■ REQUIRED WORK: From the records below, transcribe only the lines running from the one with "#213=ORIENTED_EDGE('',*,*,#65,.T.);" through the one with "END-ISO-10303-21;". Keep both of those end lines.

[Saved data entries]
------------------------------

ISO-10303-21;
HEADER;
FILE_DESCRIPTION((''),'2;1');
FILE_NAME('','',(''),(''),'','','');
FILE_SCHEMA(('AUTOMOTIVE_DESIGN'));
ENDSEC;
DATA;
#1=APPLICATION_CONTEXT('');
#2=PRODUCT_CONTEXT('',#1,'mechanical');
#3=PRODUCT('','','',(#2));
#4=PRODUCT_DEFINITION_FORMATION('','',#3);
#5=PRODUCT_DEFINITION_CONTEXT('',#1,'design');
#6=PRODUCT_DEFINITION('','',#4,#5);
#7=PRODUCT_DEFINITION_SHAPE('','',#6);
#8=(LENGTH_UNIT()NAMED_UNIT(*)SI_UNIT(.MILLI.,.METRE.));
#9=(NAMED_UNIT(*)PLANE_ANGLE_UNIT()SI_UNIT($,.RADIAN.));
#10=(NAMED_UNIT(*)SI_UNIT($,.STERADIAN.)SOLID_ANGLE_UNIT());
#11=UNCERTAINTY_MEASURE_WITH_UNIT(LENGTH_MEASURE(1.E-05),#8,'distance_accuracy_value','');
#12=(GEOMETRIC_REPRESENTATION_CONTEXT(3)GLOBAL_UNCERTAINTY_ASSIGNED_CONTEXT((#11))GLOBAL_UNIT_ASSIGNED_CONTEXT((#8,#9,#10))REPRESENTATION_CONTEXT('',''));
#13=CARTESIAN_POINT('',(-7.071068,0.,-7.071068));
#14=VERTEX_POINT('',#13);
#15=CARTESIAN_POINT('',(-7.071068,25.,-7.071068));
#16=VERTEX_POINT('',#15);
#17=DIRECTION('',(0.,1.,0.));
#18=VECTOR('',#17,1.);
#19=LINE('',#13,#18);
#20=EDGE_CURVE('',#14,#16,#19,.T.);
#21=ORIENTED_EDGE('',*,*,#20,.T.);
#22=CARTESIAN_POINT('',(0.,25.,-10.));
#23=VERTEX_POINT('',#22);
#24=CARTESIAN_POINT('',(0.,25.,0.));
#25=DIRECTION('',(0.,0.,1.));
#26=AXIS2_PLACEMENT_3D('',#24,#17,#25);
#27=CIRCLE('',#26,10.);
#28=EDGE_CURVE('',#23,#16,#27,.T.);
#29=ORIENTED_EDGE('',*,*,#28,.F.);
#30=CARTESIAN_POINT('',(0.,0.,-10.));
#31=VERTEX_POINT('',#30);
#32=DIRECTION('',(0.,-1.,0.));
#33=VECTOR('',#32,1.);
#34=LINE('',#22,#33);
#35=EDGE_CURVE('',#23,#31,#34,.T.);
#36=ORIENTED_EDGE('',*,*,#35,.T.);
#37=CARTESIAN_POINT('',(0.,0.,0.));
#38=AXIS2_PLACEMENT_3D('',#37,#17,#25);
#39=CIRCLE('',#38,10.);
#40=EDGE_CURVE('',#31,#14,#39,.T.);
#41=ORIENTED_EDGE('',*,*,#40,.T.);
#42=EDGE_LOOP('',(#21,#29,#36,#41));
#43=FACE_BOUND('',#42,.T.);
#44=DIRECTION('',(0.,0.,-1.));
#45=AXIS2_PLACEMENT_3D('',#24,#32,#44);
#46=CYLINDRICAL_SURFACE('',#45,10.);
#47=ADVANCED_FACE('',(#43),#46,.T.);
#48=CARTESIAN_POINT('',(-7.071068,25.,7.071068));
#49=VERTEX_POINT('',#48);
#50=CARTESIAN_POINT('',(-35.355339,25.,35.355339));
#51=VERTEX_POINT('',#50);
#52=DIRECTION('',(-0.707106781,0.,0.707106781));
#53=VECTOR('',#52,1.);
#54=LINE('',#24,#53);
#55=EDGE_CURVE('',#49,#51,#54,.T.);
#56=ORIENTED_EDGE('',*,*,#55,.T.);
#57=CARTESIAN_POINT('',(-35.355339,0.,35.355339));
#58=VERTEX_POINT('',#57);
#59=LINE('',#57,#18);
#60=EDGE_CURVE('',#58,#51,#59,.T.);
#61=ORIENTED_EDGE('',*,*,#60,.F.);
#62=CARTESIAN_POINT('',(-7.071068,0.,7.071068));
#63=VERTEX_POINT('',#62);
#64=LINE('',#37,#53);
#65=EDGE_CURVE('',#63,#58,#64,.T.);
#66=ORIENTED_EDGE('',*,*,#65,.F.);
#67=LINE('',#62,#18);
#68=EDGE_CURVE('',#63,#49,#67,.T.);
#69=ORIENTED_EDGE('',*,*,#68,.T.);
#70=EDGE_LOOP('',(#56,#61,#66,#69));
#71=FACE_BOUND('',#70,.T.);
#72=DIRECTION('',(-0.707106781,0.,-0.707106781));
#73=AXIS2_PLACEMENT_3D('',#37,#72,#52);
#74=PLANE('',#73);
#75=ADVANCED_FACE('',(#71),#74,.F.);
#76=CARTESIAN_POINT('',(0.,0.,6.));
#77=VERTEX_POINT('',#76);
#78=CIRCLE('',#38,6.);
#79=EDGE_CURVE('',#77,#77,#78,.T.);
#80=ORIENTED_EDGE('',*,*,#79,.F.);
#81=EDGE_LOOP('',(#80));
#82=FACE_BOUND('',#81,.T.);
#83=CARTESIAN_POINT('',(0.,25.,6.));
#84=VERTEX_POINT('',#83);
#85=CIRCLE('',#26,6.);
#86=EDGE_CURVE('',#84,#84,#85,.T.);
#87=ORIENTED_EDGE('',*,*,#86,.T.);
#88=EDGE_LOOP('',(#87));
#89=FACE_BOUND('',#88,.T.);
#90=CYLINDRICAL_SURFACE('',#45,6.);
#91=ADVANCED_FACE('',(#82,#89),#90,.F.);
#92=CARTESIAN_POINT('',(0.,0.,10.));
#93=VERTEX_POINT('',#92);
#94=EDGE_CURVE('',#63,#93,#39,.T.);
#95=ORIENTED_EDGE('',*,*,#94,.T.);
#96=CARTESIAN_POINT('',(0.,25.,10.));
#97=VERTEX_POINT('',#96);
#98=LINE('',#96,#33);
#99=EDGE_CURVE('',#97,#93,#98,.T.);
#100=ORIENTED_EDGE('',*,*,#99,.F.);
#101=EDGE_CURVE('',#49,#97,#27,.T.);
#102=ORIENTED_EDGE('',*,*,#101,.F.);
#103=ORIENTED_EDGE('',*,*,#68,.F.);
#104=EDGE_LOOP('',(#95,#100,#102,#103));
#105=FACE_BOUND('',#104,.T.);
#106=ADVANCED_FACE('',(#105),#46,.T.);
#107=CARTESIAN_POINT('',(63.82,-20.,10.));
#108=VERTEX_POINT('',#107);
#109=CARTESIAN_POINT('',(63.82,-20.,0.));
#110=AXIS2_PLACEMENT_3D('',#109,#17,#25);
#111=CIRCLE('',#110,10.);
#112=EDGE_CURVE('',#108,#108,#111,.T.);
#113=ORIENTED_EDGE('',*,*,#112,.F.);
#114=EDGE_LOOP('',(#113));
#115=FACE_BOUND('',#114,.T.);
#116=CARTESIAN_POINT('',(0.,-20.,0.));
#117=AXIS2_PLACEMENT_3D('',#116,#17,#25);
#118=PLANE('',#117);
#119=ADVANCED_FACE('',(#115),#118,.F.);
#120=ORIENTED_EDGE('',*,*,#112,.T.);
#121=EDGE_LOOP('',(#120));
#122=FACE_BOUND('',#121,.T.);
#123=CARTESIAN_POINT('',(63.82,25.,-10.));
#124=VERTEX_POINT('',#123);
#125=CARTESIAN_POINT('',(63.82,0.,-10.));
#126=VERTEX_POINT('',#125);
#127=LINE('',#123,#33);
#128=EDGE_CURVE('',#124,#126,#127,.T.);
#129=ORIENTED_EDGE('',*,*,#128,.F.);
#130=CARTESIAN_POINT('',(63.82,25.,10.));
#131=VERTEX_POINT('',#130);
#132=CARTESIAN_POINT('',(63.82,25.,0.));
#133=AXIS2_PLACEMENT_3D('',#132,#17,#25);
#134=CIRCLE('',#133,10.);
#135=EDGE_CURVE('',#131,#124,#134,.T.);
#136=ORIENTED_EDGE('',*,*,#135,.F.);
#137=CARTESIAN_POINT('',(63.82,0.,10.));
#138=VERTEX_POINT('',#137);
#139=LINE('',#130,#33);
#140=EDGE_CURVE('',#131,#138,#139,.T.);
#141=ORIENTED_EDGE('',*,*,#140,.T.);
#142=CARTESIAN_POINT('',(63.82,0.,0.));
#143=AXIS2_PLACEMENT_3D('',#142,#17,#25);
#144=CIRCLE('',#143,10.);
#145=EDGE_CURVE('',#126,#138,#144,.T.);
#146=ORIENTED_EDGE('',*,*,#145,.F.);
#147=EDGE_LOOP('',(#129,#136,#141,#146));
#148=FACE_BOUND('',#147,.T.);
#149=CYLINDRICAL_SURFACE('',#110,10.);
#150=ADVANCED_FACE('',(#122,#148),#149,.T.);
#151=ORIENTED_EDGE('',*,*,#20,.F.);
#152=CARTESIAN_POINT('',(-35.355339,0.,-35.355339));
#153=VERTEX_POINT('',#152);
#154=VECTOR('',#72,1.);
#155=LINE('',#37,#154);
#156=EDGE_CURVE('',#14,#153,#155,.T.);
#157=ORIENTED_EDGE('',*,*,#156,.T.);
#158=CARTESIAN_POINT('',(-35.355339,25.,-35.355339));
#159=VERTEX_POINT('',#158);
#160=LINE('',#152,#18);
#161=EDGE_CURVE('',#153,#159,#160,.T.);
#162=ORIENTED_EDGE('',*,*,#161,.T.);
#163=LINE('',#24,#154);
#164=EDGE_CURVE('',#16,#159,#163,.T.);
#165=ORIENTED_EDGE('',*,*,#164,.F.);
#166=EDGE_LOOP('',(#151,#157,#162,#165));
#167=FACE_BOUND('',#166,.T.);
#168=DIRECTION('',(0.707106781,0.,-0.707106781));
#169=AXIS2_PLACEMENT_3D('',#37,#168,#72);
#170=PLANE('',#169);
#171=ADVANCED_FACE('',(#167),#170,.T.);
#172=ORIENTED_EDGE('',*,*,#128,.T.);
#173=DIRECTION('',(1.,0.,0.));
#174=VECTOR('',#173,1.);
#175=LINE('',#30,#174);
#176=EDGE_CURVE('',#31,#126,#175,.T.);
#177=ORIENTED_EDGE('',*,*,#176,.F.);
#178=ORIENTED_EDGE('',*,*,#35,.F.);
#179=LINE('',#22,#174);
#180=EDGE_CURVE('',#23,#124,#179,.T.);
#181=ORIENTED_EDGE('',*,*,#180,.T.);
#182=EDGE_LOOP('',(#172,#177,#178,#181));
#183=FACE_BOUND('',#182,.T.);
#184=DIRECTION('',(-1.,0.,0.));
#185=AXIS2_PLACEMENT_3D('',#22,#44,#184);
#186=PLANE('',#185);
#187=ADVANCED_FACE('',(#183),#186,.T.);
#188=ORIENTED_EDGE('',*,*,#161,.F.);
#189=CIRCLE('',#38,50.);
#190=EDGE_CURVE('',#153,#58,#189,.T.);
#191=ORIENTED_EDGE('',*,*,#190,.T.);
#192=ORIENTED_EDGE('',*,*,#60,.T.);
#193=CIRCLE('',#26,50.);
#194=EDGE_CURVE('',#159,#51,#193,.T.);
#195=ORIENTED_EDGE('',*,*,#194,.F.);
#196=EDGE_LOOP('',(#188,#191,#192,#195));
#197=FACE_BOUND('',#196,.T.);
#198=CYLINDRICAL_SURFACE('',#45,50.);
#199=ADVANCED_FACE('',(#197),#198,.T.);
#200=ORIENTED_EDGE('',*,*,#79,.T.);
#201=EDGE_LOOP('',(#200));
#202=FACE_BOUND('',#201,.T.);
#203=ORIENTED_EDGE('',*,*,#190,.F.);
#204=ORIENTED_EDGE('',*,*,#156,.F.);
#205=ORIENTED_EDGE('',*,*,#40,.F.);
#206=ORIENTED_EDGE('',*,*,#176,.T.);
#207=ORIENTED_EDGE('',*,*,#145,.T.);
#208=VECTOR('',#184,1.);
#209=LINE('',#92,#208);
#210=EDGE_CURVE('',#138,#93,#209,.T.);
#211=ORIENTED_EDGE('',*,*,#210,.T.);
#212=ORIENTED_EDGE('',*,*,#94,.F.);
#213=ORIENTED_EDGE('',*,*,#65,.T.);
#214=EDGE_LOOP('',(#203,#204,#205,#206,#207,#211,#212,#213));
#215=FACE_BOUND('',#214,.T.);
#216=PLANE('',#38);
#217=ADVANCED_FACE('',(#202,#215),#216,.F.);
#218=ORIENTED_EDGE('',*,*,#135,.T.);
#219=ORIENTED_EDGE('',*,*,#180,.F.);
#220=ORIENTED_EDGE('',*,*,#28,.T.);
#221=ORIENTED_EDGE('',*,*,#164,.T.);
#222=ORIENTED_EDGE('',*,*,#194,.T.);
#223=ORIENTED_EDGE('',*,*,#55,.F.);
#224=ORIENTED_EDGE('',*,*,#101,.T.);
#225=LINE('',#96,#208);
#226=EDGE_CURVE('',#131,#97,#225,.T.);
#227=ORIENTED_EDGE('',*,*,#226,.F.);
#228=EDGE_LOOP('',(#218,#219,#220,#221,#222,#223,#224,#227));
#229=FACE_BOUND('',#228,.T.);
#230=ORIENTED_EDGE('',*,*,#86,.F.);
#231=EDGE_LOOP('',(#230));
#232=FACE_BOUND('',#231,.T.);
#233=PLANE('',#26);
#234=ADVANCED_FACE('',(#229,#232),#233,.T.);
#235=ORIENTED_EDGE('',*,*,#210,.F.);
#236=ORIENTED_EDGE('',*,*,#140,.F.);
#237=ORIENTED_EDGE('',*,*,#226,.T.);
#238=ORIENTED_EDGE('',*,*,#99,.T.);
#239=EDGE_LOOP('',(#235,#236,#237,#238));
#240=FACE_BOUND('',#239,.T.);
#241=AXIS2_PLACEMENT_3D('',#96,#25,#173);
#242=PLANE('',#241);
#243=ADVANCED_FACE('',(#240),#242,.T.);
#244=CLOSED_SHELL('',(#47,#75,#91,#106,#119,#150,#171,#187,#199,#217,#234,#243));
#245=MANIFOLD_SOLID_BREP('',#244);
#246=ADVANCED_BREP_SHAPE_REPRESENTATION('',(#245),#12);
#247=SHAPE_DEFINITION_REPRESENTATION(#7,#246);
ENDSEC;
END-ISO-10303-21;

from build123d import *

# Parameters (mm, degrees)
SKETCH_2_R           = 6
EXTRUDE_1_DEPTH      = 25
EXTRUDE_2_DEPTH      = 25
EXTRUDE_2_DEPTH_BACK = 20
SKETCH_2_3_R         = 10
EXTRUDE_START        = -25
EXTRUDE_3_DEPTH      = 25


with BuildPart() as part:
    # 草图2 → 凸台-拉伸1 (new body)
    with BuildSketch(Plane(origin=(0, 0, 0), x_dir=(1, 0, 0), z_dir=(0, 1, 0))):
        with BuildLine():
            ThreePointArc((0, 10), (-4.694715628, 8.829475929), (-8.290375726, 5.591929035))
            Line((-8.290375726, 5.591929035), (-41.451878628, 27.959645174))
            ThreePointArc((-41.451878628, 27.959645174), (-50, 0), (-41.451878628, -27.959645174))
            Line((-41.451878628, -27.959645174), (-8.290375726, -5.591929035))
            ThreePointArc((-8.290375726, -5.591929035), (-4.694715628, -8.829475929), (0, -10))
            Line((0, -10), (63.82, -10))
            ThreePointArc((63.82, -10), (53.82, 0), (63.82, 10))
            Line((63.82, 10), (0, 10))
        make_face()
        Circle(SKETCH_2_R, mode=Mode.SUBTRACT)
    extrude(amount=EXTRUDE_1_DEPTH)

    # 草图2<3> → 凸台-拉伸2 (add, two sides: drawn at the far end of the back side and taken through both)
    with BuildSketch(Plane(origin=(0, 0, 0), x_dir=(1, 0, 0), z_dir=(0, 1, 0)).offset(-EXTRUDE_2_DEPTH_BACK)):
        with Locations((63.82, 0)):
            Circle(SKETCH_2_3_R)
    extrude(amount=EXTRUDE_2_DEPTH + EXTRUDE_2_DEPTH_BACK)

    # 草图3 → 凸台-拉伸3 (add)
    with BuildSketch(Plane(origin=(0, 25, 0), x_dir=(1, 0, 0), z_dir=(0, 1, 0)).offset(EXTRUDE_START)):
        with BuildLine():
            ThreePointArc((-8.290375726, 5.591929035), (-7.716245834, 6.360782203), (-7.071067812, 7.071067812))
            Line((-7.071067812, 7.071067812), (-35.355339059, 35.355339059))
            ThreePointArc((-35.355339059, 35.355339059), (-38.581229169, 31.803911014), (-41.451878628, 27.959645174))
            Line((-41.451878628, 27.959645174), (-8.290375726, 5.591929035))
        make_face()
        with BuildLine():
            Line((-35.355339059, -35.355339059), (-7.071067812, -7.071067812))
            ThreePointArc((-7.071067812, -7.071067812), (-7.716245834, -6.360782203), (-8.290375726, -5.591929035))
            Line((-8.290375726, -5.591929035), (-41.451878628, -27.959645174))
            ThreePointArc((-41.451878628, -27.959645174), (-38.581229169, -31.803911014), (-35.355339059, -35.355339059))
        make_face()
    extrude(amount=EXTRUDE_3_DEPTH)


solid = part.part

------------------------------

■ RESPONSE:
#213=ORIENTED_EDGE('',*,*,#65,.T.);
#214=EDGE_LOOP('',(#203,#204,#205,#206,#207,#211,#212,#213));
#215=FACE_BOUND('',#214,.T.);
#216=PLANE('',#38);
#217=ADVANCED_FACE('',(#202,#215),#216,.F.);
#218=ORIENTED_EDGE('',*,*,#135,.T.);
#219=ORIENTED_EDGE('',*,*,#180,.F.);
#220=ORIENTED_EDGE('',*,*,#28,.T.);
#221=ORIENTED_EDGE('',*,*,#164,.T.);
#222=ORIENTED_EDGE('',*,*,#194,.T.);
#223=ORIENTED_EDGE('',*,*,#55,.F.);
#224=ORIENTED_EDGE('',*,*,#101,.T.);
#225=LINE('',#96,#208);
#226=EDGE_CURVE('',#131,#97,#225,.T.);
#227=ORIENTED_EDGE('',*,*,#226,.F.);
#228=EDGE_LOOP('',(#218,#219,#220,#221,#222,#223,#224,#227));
#229=FACE_BOUND('',#228,.T.);
#230=ORIENTED_EDGE('',*,*,#86,.F.);
#231=EDGE_LOOP('',(#230));
#232=FACE_BOUND('',#231,.T.);
#233=PLANE('',#26);
#234=ADVANCED_FACE('',(#229,#232),#233,.T.);
#235=ORIENTED_EDGE('',*,*,#210,.F.);
#236=ORIENTED_EDGE('',*,*,#140,.F.);
#237=ORIENTED_EDGE('',*,*,#226,.T.);
#238=ORIENTED_EDGE('',*,*,#99,.T.);
#239=EDGE_LOOP('',(#235,#236,#237,#238));
#240=FACE_BOUND('',#239,.T.);
#241=AXIS2_PLACEMENT_3D('',#96,#25,#173);
#242=PLANE('',#241);
#243=ADVANCED_FACE('',(#240),#242,.T.);
#244=CLOSED_SHELL('',(#47,#75,#91,#106,#119,#150,#171,#187,#199,#217,#234,#243));
#245=MANIFOLD_SOLID_BREP('',#244);
#246=ADVANCED_BREP_SHAPE_REPRESENTATION('',(#245),#12);
#247=SHAPE_DEFINITION_REPRESENTATION(#7,#246);
ENDSEC;
END-ISO-10303-21;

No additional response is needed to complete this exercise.